We state without reservation that, considering the circumstances of this case, wherein a shipping contract provides for goods to be shipped by common carrier from New York to Illinois, the nearly three-month period suggested by plaintiff is not a reasonable time for delivery. Id., 283 U.S. at 216, 51 S.Ct. at 456 (district court's ruling — to the effect that a jury could find 20 days constituted a reasonable time for delivery — was erroneous. At most, delivery would reasonably have taken 8 days).

We find, as a matter of law, that Roadway's transportation schedules establish the reasonable time for delivery. See Smith Aff., Exh. E. The schedule shows that delivery to the Bensonville, Illinois, area generally takes four days.

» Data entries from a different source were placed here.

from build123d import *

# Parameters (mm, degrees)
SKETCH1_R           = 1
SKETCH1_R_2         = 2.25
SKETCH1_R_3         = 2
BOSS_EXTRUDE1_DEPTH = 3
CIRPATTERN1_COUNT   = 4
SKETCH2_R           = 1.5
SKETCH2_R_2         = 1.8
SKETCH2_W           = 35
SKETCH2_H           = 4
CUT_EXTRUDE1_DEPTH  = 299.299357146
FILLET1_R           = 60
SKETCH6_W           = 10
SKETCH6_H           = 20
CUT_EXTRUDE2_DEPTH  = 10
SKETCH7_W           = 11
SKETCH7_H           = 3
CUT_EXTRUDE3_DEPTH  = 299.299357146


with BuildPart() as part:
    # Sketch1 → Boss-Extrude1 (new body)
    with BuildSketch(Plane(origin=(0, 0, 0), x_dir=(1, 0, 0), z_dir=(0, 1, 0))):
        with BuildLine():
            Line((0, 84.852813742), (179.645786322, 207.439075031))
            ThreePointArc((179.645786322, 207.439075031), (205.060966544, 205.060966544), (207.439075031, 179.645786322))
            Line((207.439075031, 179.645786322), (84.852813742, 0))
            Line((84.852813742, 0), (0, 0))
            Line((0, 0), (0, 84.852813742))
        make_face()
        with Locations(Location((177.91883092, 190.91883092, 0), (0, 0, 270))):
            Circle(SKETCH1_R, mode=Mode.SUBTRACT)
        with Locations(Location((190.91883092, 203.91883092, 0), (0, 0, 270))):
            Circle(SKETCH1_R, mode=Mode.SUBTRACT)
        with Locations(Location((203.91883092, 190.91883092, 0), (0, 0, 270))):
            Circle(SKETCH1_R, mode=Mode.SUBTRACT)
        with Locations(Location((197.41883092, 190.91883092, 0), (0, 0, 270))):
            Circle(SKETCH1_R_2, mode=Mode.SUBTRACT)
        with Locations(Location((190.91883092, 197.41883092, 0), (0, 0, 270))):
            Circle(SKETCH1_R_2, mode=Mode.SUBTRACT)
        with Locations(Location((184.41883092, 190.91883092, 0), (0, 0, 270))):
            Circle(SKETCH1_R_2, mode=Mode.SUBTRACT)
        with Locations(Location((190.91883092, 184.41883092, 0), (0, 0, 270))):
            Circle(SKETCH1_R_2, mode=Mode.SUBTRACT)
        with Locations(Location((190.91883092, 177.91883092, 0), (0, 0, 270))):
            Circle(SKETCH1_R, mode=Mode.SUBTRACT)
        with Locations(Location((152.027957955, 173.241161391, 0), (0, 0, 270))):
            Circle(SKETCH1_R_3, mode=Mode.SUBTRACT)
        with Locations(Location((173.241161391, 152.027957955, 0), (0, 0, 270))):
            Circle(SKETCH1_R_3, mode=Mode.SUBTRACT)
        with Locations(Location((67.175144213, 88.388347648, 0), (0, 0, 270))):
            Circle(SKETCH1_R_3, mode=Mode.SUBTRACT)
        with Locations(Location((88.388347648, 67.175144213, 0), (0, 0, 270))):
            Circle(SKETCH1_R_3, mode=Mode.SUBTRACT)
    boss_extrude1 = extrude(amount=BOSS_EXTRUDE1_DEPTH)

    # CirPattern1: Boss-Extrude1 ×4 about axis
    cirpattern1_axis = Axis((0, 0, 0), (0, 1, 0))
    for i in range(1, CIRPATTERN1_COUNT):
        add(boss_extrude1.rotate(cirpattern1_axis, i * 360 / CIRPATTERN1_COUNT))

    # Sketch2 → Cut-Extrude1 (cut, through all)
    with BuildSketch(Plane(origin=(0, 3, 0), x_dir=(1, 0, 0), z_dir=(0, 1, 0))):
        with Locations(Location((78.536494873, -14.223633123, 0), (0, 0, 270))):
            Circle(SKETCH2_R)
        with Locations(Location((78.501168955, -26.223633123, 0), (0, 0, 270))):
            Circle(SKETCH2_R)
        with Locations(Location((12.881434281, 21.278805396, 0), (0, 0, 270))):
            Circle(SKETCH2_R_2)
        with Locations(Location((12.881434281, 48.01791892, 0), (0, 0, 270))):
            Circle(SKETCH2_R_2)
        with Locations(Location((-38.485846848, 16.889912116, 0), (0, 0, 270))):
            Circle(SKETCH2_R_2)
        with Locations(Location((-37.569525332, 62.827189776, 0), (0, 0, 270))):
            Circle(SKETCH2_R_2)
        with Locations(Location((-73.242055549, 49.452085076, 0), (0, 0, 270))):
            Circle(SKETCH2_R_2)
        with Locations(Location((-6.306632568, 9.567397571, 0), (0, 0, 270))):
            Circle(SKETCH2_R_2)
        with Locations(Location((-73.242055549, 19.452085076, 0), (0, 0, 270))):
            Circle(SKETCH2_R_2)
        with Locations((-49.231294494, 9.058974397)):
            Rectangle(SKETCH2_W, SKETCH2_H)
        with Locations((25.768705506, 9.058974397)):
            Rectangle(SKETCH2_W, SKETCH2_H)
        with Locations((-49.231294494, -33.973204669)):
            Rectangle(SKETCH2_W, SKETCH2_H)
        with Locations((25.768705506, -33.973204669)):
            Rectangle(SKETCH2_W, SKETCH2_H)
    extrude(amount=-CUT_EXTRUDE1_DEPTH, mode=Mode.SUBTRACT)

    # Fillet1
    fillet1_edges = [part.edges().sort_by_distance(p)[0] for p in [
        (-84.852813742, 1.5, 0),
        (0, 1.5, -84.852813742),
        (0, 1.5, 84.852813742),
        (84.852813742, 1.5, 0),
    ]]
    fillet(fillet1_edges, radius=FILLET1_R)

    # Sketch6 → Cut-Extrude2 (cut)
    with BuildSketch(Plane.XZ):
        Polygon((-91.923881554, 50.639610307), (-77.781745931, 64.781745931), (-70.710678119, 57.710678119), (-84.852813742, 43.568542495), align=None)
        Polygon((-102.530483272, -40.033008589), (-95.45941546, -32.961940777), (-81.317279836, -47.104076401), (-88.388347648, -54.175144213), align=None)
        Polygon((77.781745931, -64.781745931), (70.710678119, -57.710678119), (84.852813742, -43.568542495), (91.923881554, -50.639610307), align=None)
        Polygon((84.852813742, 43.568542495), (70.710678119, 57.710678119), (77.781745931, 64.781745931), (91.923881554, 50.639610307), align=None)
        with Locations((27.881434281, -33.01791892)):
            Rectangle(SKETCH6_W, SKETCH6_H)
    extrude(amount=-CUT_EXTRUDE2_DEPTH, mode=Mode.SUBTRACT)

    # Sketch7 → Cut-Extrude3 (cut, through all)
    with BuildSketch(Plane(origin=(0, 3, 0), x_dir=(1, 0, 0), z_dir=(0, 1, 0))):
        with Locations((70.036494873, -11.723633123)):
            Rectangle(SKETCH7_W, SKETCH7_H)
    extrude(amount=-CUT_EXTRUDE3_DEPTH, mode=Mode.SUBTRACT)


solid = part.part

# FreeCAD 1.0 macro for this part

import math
import FreeCAD as App
import Part
import Sketcher
from FreeCAD import Vector


def edges_at(feature, points):
    """Names of the edges that pass closest to the given points."""
    edges = feature.Shape.Edges
    near = lambda p: min(range(len(edges)), key=lambda i: edges[i].distToShape(Part.Vertex(*p))[0])
    return sorted({f"Edge{near(p) + 1}" for p in points})

doc = App.newDocument("Part")
body = doc.addObject("PartDesign::Body", "Body")

# Sketch on XZ plane
sketch1 = doc.addObject("Sketcher::SketchObject", "Sketch")
body.addObject(sketch1)
sketch1.AttachmentSupport = (doc.XZ_Plane, [""])
sketch1.MapMode = "FlatFace"
sketch1.addGeometry(Part.LineSegment(Vector(179.6, -207.4, 0), Vector(0, -84.9, 0)), False)
sketch1.addGeometry(Part.LineSegment(Vector(0, -84.9, 0), Vector(0, 0, 0)), False)
sketch1.addGeometry(Part.LineSegment(Vector(0, 0, 0), Vector(84.9, 0, 0)), False)
sketch1.addGeometry(Part.LineSegment(Vector(84.9, 0, 0), Vector(207.4, -179.6, 0)), False)
sketch1.addGeometry(Part.ArcOfCircle(Part.Circle(Vector(190.9, -190.9, 0), Vector(0, 0, 1), 20), math.radians(-124), math.radians(34)), False)
sketch1.addGeometry(Part.Circle(Vector(88.4, -67.2, 0), Vector(0, 0, 1), 2), False)
sketch1.addGeometry(Part.Circle(Vector(67.2, -88.4, 0), Vector(0, 0, 1), 2), False)
sketch1.addGeometry(Part.Circle(Vector(173.2, -152, 0), Vector(0, 0, 1), 2), False)
sketch1.addGeometry(Part.Circle(Vector(190.9, -177.9, 0), Vector(0, 0, 1), 1), False)
sketch1.addGeometry(Part.Circle(Vector(190.9, -184.4, 0), Vector(0, 0, 1), 2.2), False)
sketch1.addGeometry(Part.Circle(Vector(203.9, -190.9, 0), Vector(0, 0, 1), 1), False)
sketch1.addGeometry(Part.Circle(Vector(197.4, -190.9, 0), Vector(0, 0, 1), 2.2), False)
sketch1.addGeometry(Part.Circle(Vector(190.9, -197.4, 0), Vector(0, 0, 1), 2.2), False)
sketch1.addGeometry(Part.Circle(Vector(190.9, -203.9, 0), Vector(0, 0, 1), 1), False)
sketch1.addGeometry(Part.Circle(Vector(184.4, -190.9, 0), Vector(0, 0, 1), 2.2), False)
sketch1.addGeometry(Part.Circle(Vector(177.9, -190.9, 0), Vector(0, 0, 1), 1), False)
sketch1.addGeometry(Part.Circle(Vector(152, -173.2, 0), Vector(0, 0, 1), 2), False)
sketch1.addConstraint(Sketcher.Constraint("Coincident", 0, 2, 1, 1))
sketch1.addConstraint(Sketcher.Constraint("Coincident", 1, 2, 2, 1))
sketch1.addConstraint(Sketcher.Constraint("Coincident", 2, 2, 3, 1))
sketch1.addConstraint(Sketcher.Constraint("Tangent", 3, 2, 4, 2))
sketch1.addConstraint(Sketcher.Constraint("Tangent", 4, 1, 0, 1))
sketch1.addConstraint(Sketcher.Constraint("Vertical", 1))
sketch1.addConstraint(Sketcher.Constraint("Horizontal", 2))
sketch1.addConstraint(Sketcher.Constraint("Coincident", 1, 2, -1, 1))
sketch1.addConstraint(Sketcher.Constraint("Equal", 5, 6))
sketch1.addConstraint(Sketcher.Constraint("Equal", 6, 7))
sketch1.addConstraint(Sketcher.Constraint("Equal", 8, 10))
sketch1.addConstraint(Sketcher.Constraint("Equal", 9, 11))
sketch1.addConstraint(Sketcher.Constraint("Equal", 11, 12))
sketch1.addConstraint(Sketcher.Constraint("Equal", 10, 13))
sketch1.addConstraint(Sketcher.Constraint("Equal", 12, 14))
sketch1.addConstraint(Sketcher.Constraint("Equal", 13, 15))
sketch1.addConstraint(Sketcher.Constraint("Equal", 7, 16))
sketch1.addConstraint(Sketcher.Constraint("Horizontal", 4, 3, 10, 3))
sketch1.addConstraint(Sketcher.Constraint("Horizontal", 10, 3, 11, 3))
sketch1.addConstraint(Sketcher.Constraint("Horizontal", 11, 3, 14, 3))
sketch1.addConstraint(Sketcher.Constraint("Horizontal", 14, 3, 15, 3))
sketch1.addConstraint(Sketcher.Constraint("Vertical", 4, 3, 8, 3))
sketch1.addConstraint(Sketcher.Constraint("Vertical", 8, 3, 9, 3))
sketch1.addConstraint(Sketcher.Constraint("Vertical", 9, 3, 12, 3))
sketch1.addConstraint(Sketcher.Constraint("Vertical", 12, 3, 13, 3))
sketch1.addConstraint(Sketcher.Constraint("Equal", 2, 1))
sketch1.addConstraint(Sketcher.Constraint("Equal", 0, 3))
sketch1.addConstraint(Sketcher.Constraint("Diameter", 5, 4.0))
sketch1.addConstraint(Sketcher.Constraint("Diameter", 8, 2.0))
sketch1.addConstraint(Sketcher.Constraint("Radius", 4, 20.0))
sketch1.addConstraint(Sketcher.Constraint("Diameter", 9, 4.5))
sketch1.addConstraint(Sketcher.Constraint("DistanceY", 4, 3, 8, 3, 13.0))
sketch1.addConstraint(Sketcher.Constraint("DistanceX", 4, 3, 10, 3, 13.0))
sketch1.addConstraint(Sketcher.Constraint("DistanceY", 12, 3, 9, 3, 13.0))
sketch1.addConstraint(Sketcher.Constraint("DistanceY", 13, 3, 4, 3, 13.0))
sketch1.addConstraint(Sketcher.Constraint("DistanceX", 14, 3, 11, 3, 13.0))
sketch1.addConstraint(Sketcher.Constraint("DistanceX", 15, 3, 4, 3, 13.0))
sketch1.addConstraint(Sketcher.Constraint("DistanceY", 4, 3, 9, 3, 6.5))
sketch1.addConstraint(Sketcher.Constraint("DistanceX", 4, 3, 11, 3, 6.5))
sketch1.addConstraint(Sketcher.Constraint("Distance", 0, 217.485632))
sketch1.addConstraint(Sketcher.Constraint("DistanceX", 2, 1, 2, 2, 84.852814))
sketch1.addConstraint(Sketcher.Constraint("DistanceX", -1, 1, 7, 3, 173.241161))
sketch1.addConstraint(Sketcher.Constraint("DistanceY", 16, 3, -1, 1, 173.241161))
sketch1.addConstraint(Sketcher.Constraint("DistanceY", 7, 3, 6, 3, 63.63961))
sketch1.addConstraint(Sketcher.Constraint("DistanceY", 0, 2, 5, 3, 17.67767))
sketch1.addConstraint(Sketcher.Constraint("DistanceX", 6, 3, 2, 2, 17.67767))
sketch1.addConstraint(Sketcher.Constraint("DistanceX", -1, 1, 5, 3, 88.388348))
sketch1.addConstraint(Sketcher.Constraint("DistanceY", 6, 3, -1, 1, 88.388348))
sketch1.addConstraint(Sketcher.Constraint("DistanceX", -1, 1, 16, 3, 152.027958))
pad1 = doc.addObject("PartDesign::Pad", "Pad")
body.addObject(pad1)
pad1.Profile = sketch1
pad1.Length = 3
pad1.Reversed = True
doc.recompute()

polarpattern = doc.addObject("PartDesign::PolarPattern", "PolarPattern")
body.addObject(polarpattern)
polarpattern.Originals = [pad1]
polarpattern.Axis = (doc.Y_Axis, [""])
polarpattern.Angle = 360
polarpattern.Occurrences = 4
body.Tip = polarpattern

# Sketch on XZ plane
sketch2 = doc.addObject("Sketcher::SketchObject", "Sketch001")
body.addObject(sketch2)
sketch2.AttachmentSupport = (doc.XZ_Plane, [""])
sketch2.MapMode = "FlatFace"
sketch2.AttachmentOffset = App.Placement(Vector(0, 0, -3), App.Rotation())
sketch2.addGeometry(Part.Circle(Vector(78.5, 14.2, 0), Vector(0, 0, 1), 1.5), False)
sketch2.addGeometry(Part.Circle(Vector(78.5, 26.2, 0), Vector(0, 0, 1), 1.5), False)
sketch2.addGeometry(Part.Circle(Vector(12.9, -21.3, 0), Vector(0, 0, 1), 1.8), False)
sketch2.addGeometry(Part.Circle(Vector(12.9, -48, 0), Vector(0, 0, 1), 1.8), False)
sketch2.addGeometry(Part.Circle(Vector(-38.5, -16.9, 0), Vector(0, 0, 1), 1.8), False)
sketch2.addGeometry(Part.Circle(Vector(-37.6, -62.8, 0), Vector(0, 0, 1), 1.8), False)
sketch2.addGeometry(Part.Circle(Vector(-73.2, -49.5, 0), Vector(0, 0, 1), 1.8), False)
sketch2.addGeometry(Part.Circle(Vector(-6.3, -9.6, 0), Vector(0, 0, 1), 1.8), False)
sketch2.addGeometry(Part.Circle(Vector(-73.2, -19.5, 0), Vector(0, 0, 1), 1.8), False)
sketch2.addGeometry(Part.LineSegment(Vector(-66.7, -11.1, 0), Vector(-66.7, -7.1, 0)), False)
sketch2.addGeometry(Part.LineSegment(Vector(-66.7, -7.1, 0), Vector(-31.7, -7.1, 0)), False)
sketch2.addGeometry(Part.LineSegment(Vector(-31.7, -7.1, 0), Vector(-31.7, -11.1, 0)), False)
sketch2.addGeometry(Part.LineSegment(Vector(-31.7, -11.1, 0), Vector(-66.7, -11.1, 0)), False)
sketch2.addGeometry(Part.LineSegment(Vector(8.3, -11.1, 0), Vector(8.3, -7.1, 0)), False)
sketch2.addGeometry(Part.LineSegment(Vector(8.3, -7.1, 0), Vector(43.3, -7.1, 0)), False)
sketch2.addGeometry(Part.LineSegment(Vector(43.3, -7.1, 0), Vector(43.3, -11.1, 0)), False)
sketch2.addGeometry(Part.LineSegment(Vector(43.3, -11.1, 0), Vector(8.3, -11.1, 0)), False)
sketch2.addGeometry(Part.LineSegment(Vector(-66.7, 32, 0), Vector(-66.7, 36, 0)), False)
sketch2.addGeometry(Part.LineSegment(Vector(-66.7, 36, 0), Vector(-31.7, 36, 0)), False)
sketch2.addGeometry(Part.LineSegment(Vector(-31.7, 36, 0), Vector(-31.7, 32, 0)), False)
sketch2.addGeometry(Part.LineSegment(Vector(-31.7, 32, 0), Vector(-66.7, 32, 0)), False)
sketch2.addGeometry(Part.LineSegment(Vector(8.3, 32, 0), Vector(8.3, 36, 0)), False)
sketch2.addGeometry(Part.LineSegment(Vector(8.3, 36, 0), Vector(43.3, 36, 0)), False)
sketch2.addGeometry(Part.LineSegment(Vector(43.3, 36, 0), Vector(43.3, 32, 0)), False)
sketch2.addGeometry(Part.LineSegment(Vector(43.3, 32, 0), Vector(8.3, 32, 0)), False)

Plaintiff does not submit proof which tends to show that delivery would have, reasonably, taken longer than the scheduled time. Elroy merely asserts that a genuine question exists on the issue of what constitutes a reasonable time for delivery. "[P]laintiff may not defeat a motion for summary judgment merely by pointing to a potential issue of fact; there must be a genuine issue of material fact." City of Yonkers v. Otis Elevator Co., 844 F.2d 42, 45 (2d Cir. 1988), citing Liberty Lobby, supra, 477 U.S. at 247, 106 S.Ct. at 2505.

Roadway has shown to the court that no material factual questions remain to be decided by the trier of fact. Summary judgment is, therefore, proper.


Defendant's motion for summary judgment dismissing the complaint is granted.


The Clerk is directed to enter judgment in favor of the defendant, Roadway Express Inc., and against plaintiff Elroy Enterprises, Inc., dismissing the complaint.